Natalia Lach-Lachowicz, who calls herself Natalia LL, is regarded as one of Poland’s most distinguished artists of world renown. The works of art created by her appear in the borderland of various genres: photography, painting, installation and performance while dealing with the problems of various media. The “Allusive Space” contains allusions to hidden and obvious meanings and – which is typical of Natalia LL – are a play, not without irony, with these meanings.

There is a constant variability in Natalia’s works, but in all of them she is concerned with female body, mostly with her own.

In the seventies she used to present erotic photographs, body close-ups of an intimate situation which places the spectator in the role of the peeping Tom. Natalia presents this motif in a serial row, a method derived from the conceptual art. But each photo is modified. And all of them indicate that the erotic feeling cannot be fully expressed. What we can see is only the outer side of an internal experience and the spectator can have no part in it. In the installation “Allusive Space” of 1995 Natalia is quoting herself. The printed fabrics are stretched like scarves or form a dress material. We have here a series of photographs of the “intimate” type, photos of an intercourse which are chafing the seemingly decent bourgeois society. This is an ironical allusion to the traditional role of the woman confined to the household.

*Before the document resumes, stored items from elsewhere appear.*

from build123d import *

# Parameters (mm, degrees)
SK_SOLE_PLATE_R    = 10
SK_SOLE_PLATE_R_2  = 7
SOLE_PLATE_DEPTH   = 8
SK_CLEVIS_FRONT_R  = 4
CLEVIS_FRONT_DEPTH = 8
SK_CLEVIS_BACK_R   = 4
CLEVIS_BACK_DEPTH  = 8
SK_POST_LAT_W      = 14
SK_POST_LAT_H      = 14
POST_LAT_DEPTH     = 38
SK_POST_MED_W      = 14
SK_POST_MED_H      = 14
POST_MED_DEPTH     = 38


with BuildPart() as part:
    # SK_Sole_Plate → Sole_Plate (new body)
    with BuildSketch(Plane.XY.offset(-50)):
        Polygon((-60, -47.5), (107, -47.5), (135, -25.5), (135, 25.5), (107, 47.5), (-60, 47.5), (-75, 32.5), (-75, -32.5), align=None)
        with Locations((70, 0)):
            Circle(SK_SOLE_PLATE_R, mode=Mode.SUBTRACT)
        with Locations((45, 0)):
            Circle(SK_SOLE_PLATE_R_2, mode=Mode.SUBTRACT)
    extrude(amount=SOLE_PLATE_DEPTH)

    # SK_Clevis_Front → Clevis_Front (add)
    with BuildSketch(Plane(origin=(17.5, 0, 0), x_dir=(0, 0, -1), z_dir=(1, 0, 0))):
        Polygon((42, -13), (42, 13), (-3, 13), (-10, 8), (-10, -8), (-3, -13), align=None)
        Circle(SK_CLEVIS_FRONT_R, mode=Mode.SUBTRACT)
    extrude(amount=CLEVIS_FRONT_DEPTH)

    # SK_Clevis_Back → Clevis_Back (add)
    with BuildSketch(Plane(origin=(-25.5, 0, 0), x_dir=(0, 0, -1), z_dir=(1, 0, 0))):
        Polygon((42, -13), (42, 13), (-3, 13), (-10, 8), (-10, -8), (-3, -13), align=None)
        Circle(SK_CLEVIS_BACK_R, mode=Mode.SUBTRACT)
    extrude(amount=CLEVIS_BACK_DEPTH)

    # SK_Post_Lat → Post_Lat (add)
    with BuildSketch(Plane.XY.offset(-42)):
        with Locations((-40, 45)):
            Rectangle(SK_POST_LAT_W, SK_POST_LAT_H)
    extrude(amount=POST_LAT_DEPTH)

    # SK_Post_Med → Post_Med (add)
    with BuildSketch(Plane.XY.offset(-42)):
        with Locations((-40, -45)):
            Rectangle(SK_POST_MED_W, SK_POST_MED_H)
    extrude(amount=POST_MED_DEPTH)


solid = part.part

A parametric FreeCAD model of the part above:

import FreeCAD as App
import Part
import Sketcher
from FreeCAD import Vector

doc = App.newDocument("Part")
params = doc.addObject("Spreadsheet::Sheet", "Params")
for row, (alias, value) in enumerate([
    ("sketch1_diameter", "14 mm"),
    ("sketch1_diameter2", "20 mm"),
    ("sketch1_width", "167 mm"),
    ("sketch1_height", "51 mm"),
    ("sketch1_height2", "65 mm"),
    ("pad1_length", "8 mm"),
    ("sketch2_diameter", "8 mm"),
    ("sketch2_width", "26 mm"),
    ("sketch2_width2", "16 mm"),
    ("sketch2_height", "45 mm"),
    ("pad2_length", "8 mm"),
    ("sketch3_diameter", "8 mm"),
    ("sketch3_width", "26 mm"),
    ("sketch3_width2", "16 mm"),
    ("sketch3_height", "45 mm"),
    ("pad3_length", "8 mm"),
    ("sketch4_width", "14 mm"),
    ("pad4_length", "38 mm"),
    ("sketch5_width", "14 mm"),
    ("pad5_length", "38 mm"),
], start=1):
    params.set(f"A{row}", alias)
    params.set(f"B{row}", "=" + value)
    params.setAlias(f"B{row}", alias)

body = doc.addObject("PartDesign::Body", "Body")

sketch1 = doc.addObject("Sketcher::SketchObject", "Sketch")
body.addObject(sketch1)
sketch1.AttachmentSupport = (doc.XY_Plane, [""])
sketch1.MapMode = "FlatFace"
sketch1.AttachmentOffset = App.Placement(Vector(0, 0, -50), App.Rotation())
sketch1.addGeometry([
    Part.LineSegment(Vector(-60, -48, 0), Vector(107, -48, 0)),
    Part.LineSegment(Vector(107, -48, 0), Vector(135, -26, 0)),
    Part.LineSegment(Vector(135, -26, 0), Vector(135, 26, 0)),
    Part.LineSegment(Vector(135, 26, 0), Vector(107, 48, 0)),
    Part.LineSegment(Vector(107, 48, 0), Vector(-60, 48, 0)),
    Part.LineSegment(Vector(-60, 48, 0), Vector(-75, 32, 0)),
    Part.LineSegment(Vector(-75, 32, 0), Vector(-75, -32, 0)),
    Part.LineSegment(Vector(-75, -32, 0), Vector(-60, -48, 0)),
    Part.Circle(Vector(45, 0, 0), Vector(0, 0, 1), 7),
    Part.Circle(Vector(70, 0, 0), Vector(0, 0, 1), 10),
], False)
sketch1.addConstraint([
    Sketcher.Constraint("Coincident", 0, 2, 1, 1),
    Sketcher.Constraint("Coincident", 1, 2, 2, 1),
    Sketcher.Constraint("Coincident", 2, 2, 3, 1),
    Sketcher.Constraint("Coincident", 3, 2, 4, 1),
    Sketcher.Constraint("Coincident", 4, 2, 5, 1),
    Sketcher.Constraint("Coincident", 5, 2, 6, 1),
    Sketcher.Constraint("Coincident", 6, 2, 7, 1),
    Sketcher.Constraint("Coincident", 7, 2, 0, 1),
    Sketcher.Constraint("Horizontal", 0),
    Sketcher.Constraint("Vertical", 2),
    Sketcher.Constraint("Horizontal", 4),
    Sketcher.Constraint("Vertical", 6),
    Sketcher.Constraint("Symmetric", 0, 2, 3, 2, -1),
    Sketcher.Constraint("PointOnObject", 8, 3, -1),
    Sketcher.Constraint("PointOnObject", 9, 3, -1),
    Sketcher.Constraint("Perpendicular", 5, 7),
    Sketcher.Constraint("Vertical", 4, 2, 7, 2),
    Sketcher.Constraint("Equal", 1, 3),
    Sketcher.Constraint("Equal", 5, 7),
    Sketcher.Constraint("Diameter", 8, 14.0),
    Sketcher.Constraint("Diameter", 9, 20.0),
    Sketcher.Constraint("DistanceX", 0, 1, 0, 2, 167.0),
    Sketcher.Constraint("DistanceY", 2, 1, 2, 2, 51.0),
    Sketcher.Constraint("DistanceY", 6, 2, 6, 1, 65.0),
    Sketcher.Constraint("DistanceX", -1, 1, 8, 3, 45.0),
    Sketcher.Constraint("DistanceX", -1, 1, 9, 3, 70.0),
    Sketcher.Constraint("DistanceX", -1, 1, 0, 2, 107.0),
    Sketcher.Constraint("DistanceX", -1, 1, 1, 2, 135.0),
    Sketcher.Constraint("DistanceX", 5, 2, -1, 1, 75.0),
])
sketch1.setExpression("Constraints[19]", "Params.sketch1_diameter")
sketch1.setExpression("Constraints[20]", "Params.sketch1_diameter2")
sketch1.setExpression("Constraints[21]", "Params.sketch1_width")
sketch1.setExpression("Constraints[22]", "Params.sketch1_height")
sketch1.setExpression("Constraints[23]", "Params.sketch1_height2")
pad1 = doc.addObject("PartDesign::Pad", "Pad")
body.addObject(pad1)
pad1.Profile = sketch1
pad1.setExpression("Length", "Params.pad1_length")

sketch2 = doc.addObject("Sketcher::SketchObject", "Sketch001")
body.addObject(sketch2)
sketch2.AttachmentSupport = (doc.YZ_Plane, [""])
sketch2.MapMode = "FlatFace"
sketch2.AttachmentOffset = App.Placement(Vector(0, 0, 17.5), App.Rotation())
sketch2.addGeometry([
    Part.LineSegment(Vector(-13, -42, 0), Vector(13, -42, 0)),
    Part.LineSegment(Vector(13, -42, 0), Vector(13, 3, 0)),
    Part.LineSegment(Vector(13, 3, 0), Vector(8, 10, 0)),
    Part.LineSegment(Vector(8, 10, 0), Vector(-8, 10, 0)),
    Part.LineSegment(Vector(-8, 10, 0), Vector(-13, 3, 0)),
    Part.LineSegment(Vector(-13, 3, 0), Vector(-13, -42, 0)),
    Part.Circle(Vector(0, 0, 0), Vector(0, 0, 1), 4),
], False)
sketch2.addConstraint([
    Sketcher.Constraint("Coincident", 0, 2, 1, 1),
    Sketcher.Constraint("Coincident", 1, 2, 2, 1),
    Sketcher.Constraint("Coincident", 2, 2, 3, 1),
    Sketcher.Constraint("Coincident", 3, 2, 4, 1),
    Sketcher.Constraint("Coincident", 4, 2, 5, 1),
    Sketcher.Constraint("Coincident", 5, 2, 0, 1),
    Sketcher.Constraint("Horizontal", 0),
    Sketcher.Constraint("Vertical", 1),
    Sketcher.Constraint("Horizontal", 3),
    Sketcher.Constraint("Vertical", 5),
    Sketcher.Constraint("Coincident", 6, 3, -1, 1),
    Sketcher.Constraint("Symmetric", 1, 2, 4, 2, -2),
    Sketcher.Constraint("Equal", 2, 4),
    Sketcher.Constraint("Diameter", 6, 8.0),
    Sketcher.Constraint("DistanceX", 0, 1, 0, 2, 26.0),
    Sketcher.Constraint("DistanceX", 3, 2, 3, 1, 16.0),
    Sketcher.Constraint("DistanceY", 1, 1, 1, 2, 45.0),
    Sketcher.Constraint("DistanceY", 0, 2, -1, 1, 42.0),
    Sketcher.Constraint("DistanceY", -1, 1, 2, 2, 10.0),
])
sketch2.setExpression("Constraints[13]", "Params.sketch2_diameter")
sketch2.setExpression("Constraints[14]", "Params.sketch2_width")
sketch2.setExpression("Constraints[15]", "Params.sketch2_width2")
sketch2.setExpression("Constraints[16]", "Params.sketch2_height")
pad2 = doc.addObject("PartDesign::Pad", "Pad001")
body.addObject(pad2)
pad2.Profile = sketch2
pad2.setExpression("Length", "Params.pad2_length")

sketch3 = doc.addObject("Sketcher::SketchObject", "Sketch002")
body.addObject(sketch3)
sketch3.AttachmentSupport = (doc.YZ_Plane, [""])
sketch3.MapMode = "FlatFace"
sketch3.AttachmentOffset = App.Placement(Vector(0, 0, -25.5), App.Rotation())
sketch3.addGeometry([
    Part.LineSegment(Vector(-13, -42, 0), Vector(13, -42, 0)),
    Part.LineSegment(Vector(13, -42, 0), Vector(13, 3, 0)),
    Part.LineSegment(Vector(13, 3, 0), Vector(8, 10, 0)),
    Part.LineSegment(Vector(8, 10, 0), Vector(-8, 10, 0)),
    Part.LineSegment(Vector(-8, 10, 0), Vector(-13, 3, 0)),
    Part.LineSegment(Vector(-13, 3, 0), Vector(-13, -42, 0)),
    Part.Circle(Vector(0, 0, 0), Vector(0, 0, 1), 4),
], False)
sketch3.addConstraint([
    Sketcher.Constraint("Coincident", 0, 2, 1, 1),
    Sketcher.Constraint("Coincident", 1, 2, 2, 1),
    Sketcher.Constraint("Coincident", 2, 2, 3, 1),
    Sketcher.Constraint("Coincident", 3, 2, 4, 1),
    Sketcher.Constraint("Coincident", 4, 2, 5, 1),
    Sketcher.Constraint("Coincident", 5, 2, 0, 1),
    Sketcher.Constraint("Horizontal", 0),
    Sketcher.Constraint("Vertical", 1),
    Sketcher.Constraint("Horizontal", 3),
    Sketcher.Constraint("Vertical", 5),
    Sketcher.Constraint("Coincident", 6, 3, -1, 1),
    Sketcher.Constraint("Symmetric", 1, 2, 4, 2, -2),
    Sketcher.Constraint("Equal", 2, 4),
    Sketcher.Constraint("Diameter", 6, 8.0),
    Sketcher.Constraint("DistanceX", 0, 1, 0, 2, 26.0),
    Sketcher.Constraint("DistanceX", 3, 2, 3, 1, 16.0),
    Sketcher.Constraint("DistanceY", 1, 1, 1, 2, 45.0),
    Sketcher.Constraint("DistanceY", 0, 2, -1, 1, 42.0),
    Sketcher.Constraint("DistanceY", -1, 1, 2, 2, 10.0),
])
sketch3.setExpression("Constraints[13]", "Params.sketch3_diameter")
sketch3.setExpression("Constraints[14]", "Params.sketch3_width")
sketch3.setExpression("Constraints[15]", "Params.sketch3_width2")
sketch3.setExpression("Constraints[16]", "Params.sketch3_height")
pad3 = doc.addObject("PartDesign::Pad", "Pad002")
body.addObject(pad3)
pad3.Profile = sketch3
pad3.setExpression("Length", "Params.pad3_length")

sketch4 = doc.addObject("Sketcher::SketchObject", "Sketch003")
body.addObject(sketch4)
sketch4.AttachmentSupport = (doc.XY_Plane, [""])
sketch4.MapMode = "FlatFace"
sketch4.AttachmentOffset = App.Placement(Vector(0, 0, -42), App.Rotation())
sketch4.addGeometry([
    Part.LineSegment(Vector(-47, 52, 0), Vector(-47, 38, 0)),
    Part.LineSegment(Vector(-47, 38, 0), Vector(-33, 38, 0)),
    Part.LineSegment(Vector(-33, 38, 0), Vector(-33, 52, 0)),
    Part.LineSegment(Vector(-33, 52, 0), Vector(-47, 52, 0)),
], False)
sketch4.addConstraint([
    Sketcher.Constraint("Coincident", 0, 2, 1, 1),
    Sketcher.Constraint("Coincident", 1, 2, 2, 1),
    Sketcher.Constraint("Coincident", 2, 2, 3, 1),
    Sketcher.Constraint("Coincident", 3, 2, 0, 1),
    Sketcher.Constraint("Vertical", 0),
    Sketcher.Constraint("Horizontal", 1),
    Sketcher.Constraint("Vertical", 2),
    Sketcher.Constraint("Horizontal", 3),
    Sketcher.Constraint("Equal", 3, 0),
    Sketcher.Constraint("DistanceX", 1, 1, 1, 2, 14.0),
    Sketcher.Constraint("DistanceX", 0, 2, -1, 1, 47.0),
    Sketcher.Constraint("DistanceY", -1, 1, 0, 2, 38.0),
])
sketch4.setExpression("Constraints[9]", "Params.sketch4_width")
pad4 = doc.addObject("PartDesign::Pad", "Pad003")
body.addObject(pad4)
pad4.Profile = sketch4
pad4.setExpression("Length", "Params.pad4_length")

sketch5 = doc.addObject("Sketcher::SketchObject", "Sketch004")
body.addObject(sketch5)
sketch5.AttachmentSupport = (doc.XY_Plane, [""])
sketch5.MapMode = "FlatFace"
sketch5.AttachmentOffset = App.Placement(Vector(0, 0, -42), App.Rotation())
sketch5.addGeometry([
    Part.LineSegment(Vector(-47, -38, 0), Vector(-47, -52, 0)),
    Part.LineSegment(Vector(-47, -52, 0), Vector(-33, -52, 0)),
    Part.LineSegment(Vector(-33, -52, 0), Vector(-33, -38, 0)),
    Part.LineSegment(Vector(-33, -38, 0), Vector(-47, -38, 0)),
], False)
sketch5.addConstraint([
    Sketcher.Constraint("Coincident", 0, 2, 1, 1),
    Sketcher.Constraint("Coincident", 1, 2, 2, 1),
    Sketcher.Constraint("Coincident", 2, 2, 3, 1),
    Sketcher.Constraint("Coincident", 3, 2, 0, 1),
    Sketcher.Constraint("Vertical", 0),
    Sketcher.Constraint("Horizontal", 1),
    Sketcher.Constraint("Vertical", 2),
    Sketcher.Constraint("Horizontal", 3),
    Sketcher.Constraint("Equal", 3, 0),
    Sketcher.Constraint("DistanceX", 1, 1, 1, 2, 14.0),
    Sketcher.Constraint("DistanceX", 0, 2, -1, 1, 47.0),
    Sketcher.Constraint("DistanceY", 0, 2, -1, 1, 52.0),
])
sketch5.setExpression("Constraints[9]", "Params.sketch5_width")
pad5 = doc.addObject("PartDesign::Pad", "Pad004")
body.addObject(pad5)
pad5.Profile = sketch5
pad5.setExpression("Length", "Params.pad5_length")

doc.recompute()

The repeatedly exposed photos of Natalia on a coach refer to the motifs of “artificial photography” of fifteen years ago. In these series Natalia has documented herself: happiness about her own body, admiration for it, the triumph of “everlasting youth and beauty”. Today having experienced getting old and the passage of time, she demonstrates us another, older body with skull as the symbol of death. Natalia is drawing up the picture of getting old and of death while asking the question what is left of man after his death. And these particular photographs indicate that we get here arranged photographs of her very personal visions and fantasies. The works create a reality that exists beyond reality and is documented with photographs.

Very peculiar are the drawings called “Amazing Triangles” which look at the first sight like geometrical figures filled with a tangle of lines. For Natalia LL an inspiration for these wavy lines and organic forms was her own pubic hair. Turning them by 180o she obtained these “amazing triangles”. Here too, as in the case of “patterns”, this is a play in which she engages our sense of observation and a reflection over the nature of art.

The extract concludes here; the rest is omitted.